Background
Preventing drug diversion is important in all areas of the health system and especially in growing areas such as ambulatory procedural settings. As I transition to life during and after the pandemic it is important to recognize that care delivery has changed and will be done differently moving forward. Many procedures and less acute surgeries are now transitioning from the inpatient hospital setting to more ambulatory surgical centers and clinics. As pharmacy leaders, we must be adaptive to this change to fulfill our mission of bringing care closer to the patient, but also insuring we have the proper safeguards in place to protect against medication and controlled substance diversion.
Performing the assessment
Understanding new strategies of care delivery from my healthcare provider and administrator colleagues will help me be prepared to identify new workflows involving medication use. I find it helpful to be proactive in seeking to understand how medications will be purchased, stored, dispensed, and ultimately administered for a new service line. Since patient care delivery often changes faster than a budget cycle, it may not always be possible to leverage automation immediately to uphold drug security. With this in mind, I try to visit offsite locations and work collaboratively with my nursing and physician colleagues to review medication use practices.
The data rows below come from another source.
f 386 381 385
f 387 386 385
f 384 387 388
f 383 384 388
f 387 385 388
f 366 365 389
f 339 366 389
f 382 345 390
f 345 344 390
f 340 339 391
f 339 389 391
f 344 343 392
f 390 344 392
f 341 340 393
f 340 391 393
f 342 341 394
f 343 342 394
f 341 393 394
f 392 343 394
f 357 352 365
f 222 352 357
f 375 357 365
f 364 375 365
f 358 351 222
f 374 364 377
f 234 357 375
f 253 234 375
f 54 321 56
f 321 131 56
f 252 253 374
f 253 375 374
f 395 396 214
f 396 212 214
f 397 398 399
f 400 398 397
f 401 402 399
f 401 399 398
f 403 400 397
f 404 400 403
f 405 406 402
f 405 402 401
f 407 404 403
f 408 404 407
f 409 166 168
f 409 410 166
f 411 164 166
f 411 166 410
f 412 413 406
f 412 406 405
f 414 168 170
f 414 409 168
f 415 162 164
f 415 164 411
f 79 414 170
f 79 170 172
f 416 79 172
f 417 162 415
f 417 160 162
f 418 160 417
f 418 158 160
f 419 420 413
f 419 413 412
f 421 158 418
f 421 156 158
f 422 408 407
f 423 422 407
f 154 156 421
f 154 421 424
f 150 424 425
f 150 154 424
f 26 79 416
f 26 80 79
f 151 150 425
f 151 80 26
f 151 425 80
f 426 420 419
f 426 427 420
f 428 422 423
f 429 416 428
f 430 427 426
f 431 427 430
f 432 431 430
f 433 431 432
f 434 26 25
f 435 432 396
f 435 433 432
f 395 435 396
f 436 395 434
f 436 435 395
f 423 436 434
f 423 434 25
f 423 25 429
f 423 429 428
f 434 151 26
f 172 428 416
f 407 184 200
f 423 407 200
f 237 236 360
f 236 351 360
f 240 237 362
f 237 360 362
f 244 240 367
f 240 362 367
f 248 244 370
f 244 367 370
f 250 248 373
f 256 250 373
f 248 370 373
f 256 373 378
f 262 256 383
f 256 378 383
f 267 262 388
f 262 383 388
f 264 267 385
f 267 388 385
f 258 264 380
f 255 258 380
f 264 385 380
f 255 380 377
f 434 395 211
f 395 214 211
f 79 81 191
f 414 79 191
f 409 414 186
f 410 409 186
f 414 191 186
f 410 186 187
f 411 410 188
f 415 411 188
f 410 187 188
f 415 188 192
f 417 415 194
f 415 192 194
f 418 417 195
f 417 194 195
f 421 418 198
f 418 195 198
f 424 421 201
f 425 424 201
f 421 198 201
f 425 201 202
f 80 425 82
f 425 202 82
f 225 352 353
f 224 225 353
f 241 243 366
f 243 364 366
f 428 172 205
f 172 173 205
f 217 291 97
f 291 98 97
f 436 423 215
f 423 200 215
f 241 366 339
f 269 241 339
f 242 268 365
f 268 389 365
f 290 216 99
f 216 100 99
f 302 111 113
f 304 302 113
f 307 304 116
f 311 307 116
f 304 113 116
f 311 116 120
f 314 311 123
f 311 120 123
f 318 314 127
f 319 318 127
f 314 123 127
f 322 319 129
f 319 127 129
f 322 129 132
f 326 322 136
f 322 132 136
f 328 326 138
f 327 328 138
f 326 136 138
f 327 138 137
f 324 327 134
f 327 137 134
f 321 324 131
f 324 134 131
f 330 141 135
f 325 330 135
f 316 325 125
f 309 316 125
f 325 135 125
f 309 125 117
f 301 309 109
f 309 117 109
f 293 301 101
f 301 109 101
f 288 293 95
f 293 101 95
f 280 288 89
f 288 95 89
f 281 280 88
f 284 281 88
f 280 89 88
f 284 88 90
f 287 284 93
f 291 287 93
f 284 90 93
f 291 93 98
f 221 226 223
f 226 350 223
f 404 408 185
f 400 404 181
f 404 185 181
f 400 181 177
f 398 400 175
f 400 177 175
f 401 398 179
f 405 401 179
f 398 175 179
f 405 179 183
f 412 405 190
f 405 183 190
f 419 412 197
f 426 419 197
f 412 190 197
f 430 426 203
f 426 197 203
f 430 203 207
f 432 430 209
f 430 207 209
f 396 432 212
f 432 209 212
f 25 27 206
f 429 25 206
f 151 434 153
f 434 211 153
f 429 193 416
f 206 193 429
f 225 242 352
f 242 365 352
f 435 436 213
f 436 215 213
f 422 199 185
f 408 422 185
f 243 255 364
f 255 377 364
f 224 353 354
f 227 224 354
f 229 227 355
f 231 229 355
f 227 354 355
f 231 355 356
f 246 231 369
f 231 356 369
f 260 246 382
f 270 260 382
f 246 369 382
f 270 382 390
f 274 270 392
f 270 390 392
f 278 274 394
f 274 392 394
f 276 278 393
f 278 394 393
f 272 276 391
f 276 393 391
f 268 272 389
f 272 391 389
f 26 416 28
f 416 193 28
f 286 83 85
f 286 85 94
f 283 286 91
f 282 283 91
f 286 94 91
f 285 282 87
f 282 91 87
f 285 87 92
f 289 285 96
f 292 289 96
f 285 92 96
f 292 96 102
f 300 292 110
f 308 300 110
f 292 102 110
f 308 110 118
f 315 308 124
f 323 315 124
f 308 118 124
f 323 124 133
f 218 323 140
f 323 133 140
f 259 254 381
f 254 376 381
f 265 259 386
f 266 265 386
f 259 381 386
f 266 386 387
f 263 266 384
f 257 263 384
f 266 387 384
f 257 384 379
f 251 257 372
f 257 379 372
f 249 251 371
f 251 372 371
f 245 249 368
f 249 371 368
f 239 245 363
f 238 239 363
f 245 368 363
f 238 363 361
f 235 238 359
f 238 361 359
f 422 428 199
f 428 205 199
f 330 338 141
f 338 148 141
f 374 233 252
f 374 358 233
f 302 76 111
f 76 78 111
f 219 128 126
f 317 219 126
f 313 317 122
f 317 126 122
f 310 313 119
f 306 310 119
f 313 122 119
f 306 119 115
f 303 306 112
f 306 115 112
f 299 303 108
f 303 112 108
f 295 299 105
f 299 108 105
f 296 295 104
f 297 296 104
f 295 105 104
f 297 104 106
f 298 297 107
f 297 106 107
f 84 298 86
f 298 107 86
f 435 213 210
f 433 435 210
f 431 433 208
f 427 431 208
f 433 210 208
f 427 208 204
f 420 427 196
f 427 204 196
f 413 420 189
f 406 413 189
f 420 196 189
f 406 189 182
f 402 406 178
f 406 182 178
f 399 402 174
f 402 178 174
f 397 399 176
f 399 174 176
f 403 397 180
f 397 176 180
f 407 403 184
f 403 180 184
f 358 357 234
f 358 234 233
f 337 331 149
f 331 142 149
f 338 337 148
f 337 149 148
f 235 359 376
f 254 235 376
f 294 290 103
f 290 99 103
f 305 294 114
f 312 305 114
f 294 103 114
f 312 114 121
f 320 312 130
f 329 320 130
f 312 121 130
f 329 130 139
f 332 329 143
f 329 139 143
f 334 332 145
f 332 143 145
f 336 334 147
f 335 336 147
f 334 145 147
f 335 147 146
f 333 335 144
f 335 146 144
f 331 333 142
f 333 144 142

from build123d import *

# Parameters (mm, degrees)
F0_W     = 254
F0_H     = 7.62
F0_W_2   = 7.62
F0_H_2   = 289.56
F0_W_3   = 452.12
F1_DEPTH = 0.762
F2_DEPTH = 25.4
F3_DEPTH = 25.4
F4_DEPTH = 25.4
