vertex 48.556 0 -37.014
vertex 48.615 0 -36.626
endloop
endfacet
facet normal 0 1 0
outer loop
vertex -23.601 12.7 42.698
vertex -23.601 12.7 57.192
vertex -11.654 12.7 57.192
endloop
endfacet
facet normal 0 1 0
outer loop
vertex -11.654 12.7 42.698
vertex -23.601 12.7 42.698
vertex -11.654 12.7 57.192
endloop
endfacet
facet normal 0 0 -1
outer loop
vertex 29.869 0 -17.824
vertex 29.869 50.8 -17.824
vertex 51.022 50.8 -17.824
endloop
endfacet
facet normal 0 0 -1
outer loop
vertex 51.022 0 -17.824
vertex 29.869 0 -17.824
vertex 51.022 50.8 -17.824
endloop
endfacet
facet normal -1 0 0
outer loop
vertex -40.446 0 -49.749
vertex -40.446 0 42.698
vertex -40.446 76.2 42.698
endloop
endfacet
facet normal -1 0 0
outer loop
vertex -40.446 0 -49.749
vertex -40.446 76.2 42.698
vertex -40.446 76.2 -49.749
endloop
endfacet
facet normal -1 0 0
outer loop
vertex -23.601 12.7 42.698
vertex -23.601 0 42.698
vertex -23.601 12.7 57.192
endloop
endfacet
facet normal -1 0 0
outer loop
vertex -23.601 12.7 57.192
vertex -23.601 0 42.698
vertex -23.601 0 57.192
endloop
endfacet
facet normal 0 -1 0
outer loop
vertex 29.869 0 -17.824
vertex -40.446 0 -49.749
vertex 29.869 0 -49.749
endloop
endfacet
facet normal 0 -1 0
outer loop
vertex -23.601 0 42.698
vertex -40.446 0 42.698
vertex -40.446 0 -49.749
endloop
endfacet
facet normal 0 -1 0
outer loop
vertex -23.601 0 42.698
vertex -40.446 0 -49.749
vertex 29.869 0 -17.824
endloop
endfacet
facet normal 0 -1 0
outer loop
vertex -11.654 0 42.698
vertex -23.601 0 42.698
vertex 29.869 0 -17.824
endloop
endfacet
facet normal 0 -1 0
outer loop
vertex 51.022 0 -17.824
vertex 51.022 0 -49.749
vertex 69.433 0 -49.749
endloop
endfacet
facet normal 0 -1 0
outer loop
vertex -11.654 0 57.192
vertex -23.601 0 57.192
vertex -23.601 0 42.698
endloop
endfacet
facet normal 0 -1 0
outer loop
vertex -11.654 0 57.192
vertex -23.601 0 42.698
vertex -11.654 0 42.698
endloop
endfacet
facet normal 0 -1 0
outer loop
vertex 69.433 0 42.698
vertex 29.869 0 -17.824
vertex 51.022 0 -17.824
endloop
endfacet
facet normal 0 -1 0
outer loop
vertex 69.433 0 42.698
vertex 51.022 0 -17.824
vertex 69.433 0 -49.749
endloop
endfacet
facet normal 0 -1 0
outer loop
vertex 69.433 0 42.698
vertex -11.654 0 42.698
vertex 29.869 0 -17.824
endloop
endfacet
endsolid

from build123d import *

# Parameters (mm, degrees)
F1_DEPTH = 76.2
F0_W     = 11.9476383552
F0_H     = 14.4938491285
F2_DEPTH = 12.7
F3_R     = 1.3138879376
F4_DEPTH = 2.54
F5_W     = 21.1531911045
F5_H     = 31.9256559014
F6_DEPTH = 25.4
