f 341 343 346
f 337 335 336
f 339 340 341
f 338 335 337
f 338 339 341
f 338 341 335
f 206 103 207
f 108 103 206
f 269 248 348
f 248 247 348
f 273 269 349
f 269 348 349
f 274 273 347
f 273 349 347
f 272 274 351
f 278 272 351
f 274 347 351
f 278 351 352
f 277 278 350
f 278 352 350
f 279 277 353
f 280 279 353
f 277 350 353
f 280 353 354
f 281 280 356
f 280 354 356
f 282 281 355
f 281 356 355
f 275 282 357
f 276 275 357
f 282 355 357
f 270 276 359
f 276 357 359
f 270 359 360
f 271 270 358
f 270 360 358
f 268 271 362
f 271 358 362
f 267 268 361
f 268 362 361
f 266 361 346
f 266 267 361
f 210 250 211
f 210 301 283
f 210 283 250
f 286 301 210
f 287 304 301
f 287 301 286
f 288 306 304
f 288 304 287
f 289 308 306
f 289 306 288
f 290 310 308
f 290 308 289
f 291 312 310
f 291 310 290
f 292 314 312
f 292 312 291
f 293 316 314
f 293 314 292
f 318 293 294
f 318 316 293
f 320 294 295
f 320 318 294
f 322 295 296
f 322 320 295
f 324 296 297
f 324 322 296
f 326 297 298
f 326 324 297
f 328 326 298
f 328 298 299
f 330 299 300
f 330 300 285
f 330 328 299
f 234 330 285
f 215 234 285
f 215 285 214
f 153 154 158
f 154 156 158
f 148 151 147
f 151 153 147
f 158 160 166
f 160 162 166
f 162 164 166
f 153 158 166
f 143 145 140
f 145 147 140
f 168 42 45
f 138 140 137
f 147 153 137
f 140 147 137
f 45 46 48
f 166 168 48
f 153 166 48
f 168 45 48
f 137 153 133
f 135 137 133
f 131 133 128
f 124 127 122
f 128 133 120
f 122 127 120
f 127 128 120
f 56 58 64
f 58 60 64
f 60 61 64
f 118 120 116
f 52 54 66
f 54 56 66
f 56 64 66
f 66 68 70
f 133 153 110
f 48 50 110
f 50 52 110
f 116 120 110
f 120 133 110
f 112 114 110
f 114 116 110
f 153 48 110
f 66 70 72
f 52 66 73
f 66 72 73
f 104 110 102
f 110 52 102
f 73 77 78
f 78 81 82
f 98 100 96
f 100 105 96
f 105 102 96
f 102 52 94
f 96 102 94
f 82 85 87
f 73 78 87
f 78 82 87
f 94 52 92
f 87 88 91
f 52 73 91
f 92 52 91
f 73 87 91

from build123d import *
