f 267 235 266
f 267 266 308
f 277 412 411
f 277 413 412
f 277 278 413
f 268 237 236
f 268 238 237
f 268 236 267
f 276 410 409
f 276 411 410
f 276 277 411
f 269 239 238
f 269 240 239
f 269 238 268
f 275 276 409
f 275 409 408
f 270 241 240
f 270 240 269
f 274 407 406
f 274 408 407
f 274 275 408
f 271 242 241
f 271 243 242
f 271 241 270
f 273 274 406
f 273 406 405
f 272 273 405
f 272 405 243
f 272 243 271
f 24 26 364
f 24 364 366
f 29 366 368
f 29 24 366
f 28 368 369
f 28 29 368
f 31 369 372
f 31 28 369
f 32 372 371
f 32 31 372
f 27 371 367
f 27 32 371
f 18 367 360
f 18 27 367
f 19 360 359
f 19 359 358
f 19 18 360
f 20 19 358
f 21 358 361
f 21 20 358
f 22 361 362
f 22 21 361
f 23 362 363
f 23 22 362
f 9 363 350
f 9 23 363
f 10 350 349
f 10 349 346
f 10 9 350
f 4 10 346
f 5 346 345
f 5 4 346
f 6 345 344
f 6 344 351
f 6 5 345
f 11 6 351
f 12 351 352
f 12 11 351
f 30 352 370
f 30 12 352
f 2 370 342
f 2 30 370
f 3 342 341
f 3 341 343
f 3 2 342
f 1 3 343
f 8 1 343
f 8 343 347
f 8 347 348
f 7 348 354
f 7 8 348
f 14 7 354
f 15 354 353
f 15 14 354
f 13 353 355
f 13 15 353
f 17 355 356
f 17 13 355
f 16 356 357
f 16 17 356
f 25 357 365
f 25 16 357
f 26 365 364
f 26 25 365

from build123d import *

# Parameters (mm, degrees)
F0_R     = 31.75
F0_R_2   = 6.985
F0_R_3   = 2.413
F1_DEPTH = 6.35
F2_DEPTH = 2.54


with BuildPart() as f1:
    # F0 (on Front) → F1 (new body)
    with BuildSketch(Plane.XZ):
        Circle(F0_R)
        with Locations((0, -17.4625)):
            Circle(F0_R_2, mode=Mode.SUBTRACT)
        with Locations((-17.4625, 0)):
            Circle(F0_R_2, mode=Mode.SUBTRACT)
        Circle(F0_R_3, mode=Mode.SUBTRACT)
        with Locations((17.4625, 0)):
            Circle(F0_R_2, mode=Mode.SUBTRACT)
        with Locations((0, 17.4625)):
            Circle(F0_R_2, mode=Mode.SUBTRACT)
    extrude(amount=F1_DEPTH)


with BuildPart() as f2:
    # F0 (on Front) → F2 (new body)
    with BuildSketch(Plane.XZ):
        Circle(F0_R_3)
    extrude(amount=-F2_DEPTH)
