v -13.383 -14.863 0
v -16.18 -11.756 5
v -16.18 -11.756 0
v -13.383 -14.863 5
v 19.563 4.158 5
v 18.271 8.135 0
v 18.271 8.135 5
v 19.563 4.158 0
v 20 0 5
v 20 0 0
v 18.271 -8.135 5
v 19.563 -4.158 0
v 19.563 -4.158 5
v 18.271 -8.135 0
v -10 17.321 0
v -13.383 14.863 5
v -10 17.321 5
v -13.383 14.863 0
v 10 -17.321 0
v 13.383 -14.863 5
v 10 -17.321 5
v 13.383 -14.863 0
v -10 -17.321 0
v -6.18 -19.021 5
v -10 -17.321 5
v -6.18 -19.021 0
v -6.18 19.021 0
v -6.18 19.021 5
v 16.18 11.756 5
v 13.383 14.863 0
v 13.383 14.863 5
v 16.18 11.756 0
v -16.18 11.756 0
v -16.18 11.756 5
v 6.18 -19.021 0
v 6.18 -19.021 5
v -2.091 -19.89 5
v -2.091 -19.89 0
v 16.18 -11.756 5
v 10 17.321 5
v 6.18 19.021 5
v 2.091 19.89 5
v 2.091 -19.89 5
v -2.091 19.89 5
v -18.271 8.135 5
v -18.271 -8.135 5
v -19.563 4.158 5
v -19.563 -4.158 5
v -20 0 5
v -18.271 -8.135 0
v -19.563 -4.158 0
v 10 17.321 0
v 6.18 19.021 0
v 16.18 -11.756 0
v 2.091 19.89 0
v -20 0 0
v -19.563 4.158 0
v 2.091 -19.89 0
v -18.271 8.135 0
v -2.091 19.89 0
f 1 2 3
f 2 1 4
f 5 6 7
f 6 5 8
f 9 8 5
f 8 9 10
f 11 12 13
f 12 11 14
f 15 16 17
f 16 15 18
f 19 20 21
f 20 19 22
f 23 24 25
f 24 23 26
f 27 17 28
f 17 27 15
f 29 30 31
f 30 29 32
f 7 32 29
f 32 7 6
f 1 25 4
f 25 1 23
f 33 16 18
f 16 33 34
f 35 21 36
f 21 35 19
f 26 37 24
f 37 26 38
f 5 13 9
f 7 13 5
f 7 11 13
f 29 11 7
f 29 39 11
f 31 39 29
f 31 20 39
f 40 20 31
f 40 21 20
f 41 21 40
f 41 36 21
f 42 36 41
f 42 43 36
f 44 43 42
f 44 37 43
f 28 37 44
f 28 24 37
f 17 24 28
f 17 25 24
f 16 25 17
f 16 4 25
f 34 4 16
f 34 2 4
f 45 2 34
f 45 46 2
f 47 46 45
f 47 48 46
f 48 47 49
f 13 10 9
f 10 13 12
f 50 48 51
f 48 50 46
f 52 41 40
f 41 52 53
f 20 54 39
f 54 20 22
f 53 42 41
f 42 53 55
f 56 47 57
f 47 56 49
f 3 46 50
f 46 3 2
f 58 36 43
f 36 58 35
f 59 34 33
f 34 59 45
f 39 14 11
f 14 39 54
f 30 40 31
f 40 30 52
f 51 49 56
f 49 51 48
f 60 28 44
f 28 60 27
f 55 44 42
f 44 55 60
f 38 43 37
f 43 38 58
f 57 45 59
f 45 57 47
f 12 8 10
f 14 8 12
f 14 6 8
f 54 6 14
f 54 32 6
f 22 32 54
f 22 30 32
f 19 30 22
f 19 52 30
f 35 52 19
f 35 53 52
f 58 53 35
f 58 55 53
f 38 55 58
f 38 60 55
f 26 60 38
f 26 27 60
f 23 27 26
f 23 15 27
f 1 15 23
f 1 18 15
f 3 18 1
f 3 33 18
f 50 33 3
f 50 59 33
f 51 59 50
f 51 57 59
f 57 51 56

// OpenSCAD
module engranaje(dientes, radio, grosor) {
    function angulo(i) = i * 360 / dientes;
    
    difference() {
        cylinder(h=grosor, d=radio*2);
        
        for (i = [0:dientes-1]) {
            rotate([0, 0, angulo(i)])
                translate([radio, 0, 0])
                    circle(5);
        }
    }
}

// Engranaje con 10 dientes
engranaje(10, 20, 5);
Establishing a framework for success
As I review the ambulatory procedural drug purchasing process, I outline how medications will be ordered and par levels established. Calling out that controlled substances will have additional requirements than prescription medications in general is an important differentiator. I try to be upfront about these unique workflows to achieve buy in and not catch my colleagues off guard. After purchasing practices are discussed, creating segregation of duties is the next key strategy in reducing internal diversion risk. Often in surgical centers the nurse or clinic supervisor may submit the medication order and also receive. While this practice provides an efficient workflow it may also lead to a higher diversion risk since the same person is responsible for both activities. Identifying separate individuals who can be responsible for the process is one way of approaching the situation, but another is to have pharmacy purchase these medications to insure standard work and oversight. This is usually a welcomed partnership as nursing and other allied professional staffing has been limited.
Another key area I always try to review is how medications will be received and subsequently stored. This includes both prescription medications as well as any controlled substances. While loading these medications into an automated dispensing cabinet is always a best practice for monitoring and oversight it may not always be feasible in all ambulatory locations. There may be several limitations from department budgetary constraints to long lead times from the automation manufacturer. In these cases alternative strategies of medication security must be reviewed keeping in mind the strict regulatory requirements of the Drug Enforcement Administration and Board of Pharmacy. This often means identifying a secure room/cabinet where only medications will be stored and keeping them under double lock using some form of biometric or badge access.
Restricting medication security in a clinic setting is important while also trying to be cognizant of team workflows. Usually these ambulatory surgical settings are fast paced with patients being treated and discharged home in the same day. This means that accommodations to staff needs must be considered in the drug storage paradigm. Typically, I will restrict access to the medication storage location to only those licensed to handle medications and require medications to be signed out and documented. While this process has limitations, it can be further be monitored by security video and clinical leadership performing perpetual counts on a routine basis. It is also important to recognize that storage location is only one aspect of the controlled substance monitoring program.
An additional consideration to drug security must be given to the actual medication product itself. Purchasing medications that come in tamper resistant or evident packaging provides a visual alert to someone if a medication has been altered. This visual safeguard can be useful in offsite locations where we rely on frontline practitioners to monitor medication use and report abnormal activity. Secondary to tamper resistant packing is purchasing medications that come in the lowest dosage form needed and within a prefilled container or syringe. By having medication available in its ready to use form at the lowest dose needed we reduce the amount of controlled substance waste generated within a procedure. By reducing this waste, we also inherently reduce the risk of excess controlled substance waste diverted or not accounted for. The ready to use dosage form also reduces unnecessary manipulations that can improve medication safety and concerns around sterility. Ultimately these practices in concert reduce the likelihood of diversion and provide a framework of medication oversight.
Conclusion
By recognizing that healthcare delivery is continuing to evolve, I am able to adapt our medication use and controlled substance practices to reduce the potential for diversion. This also enables us to better protect our employees and patients against the dangers of drug diversion. Cross-clinical collaboration is essential in establishing successful workflows, identifying medication storage locations, and selecting medication products that provide safe medication use.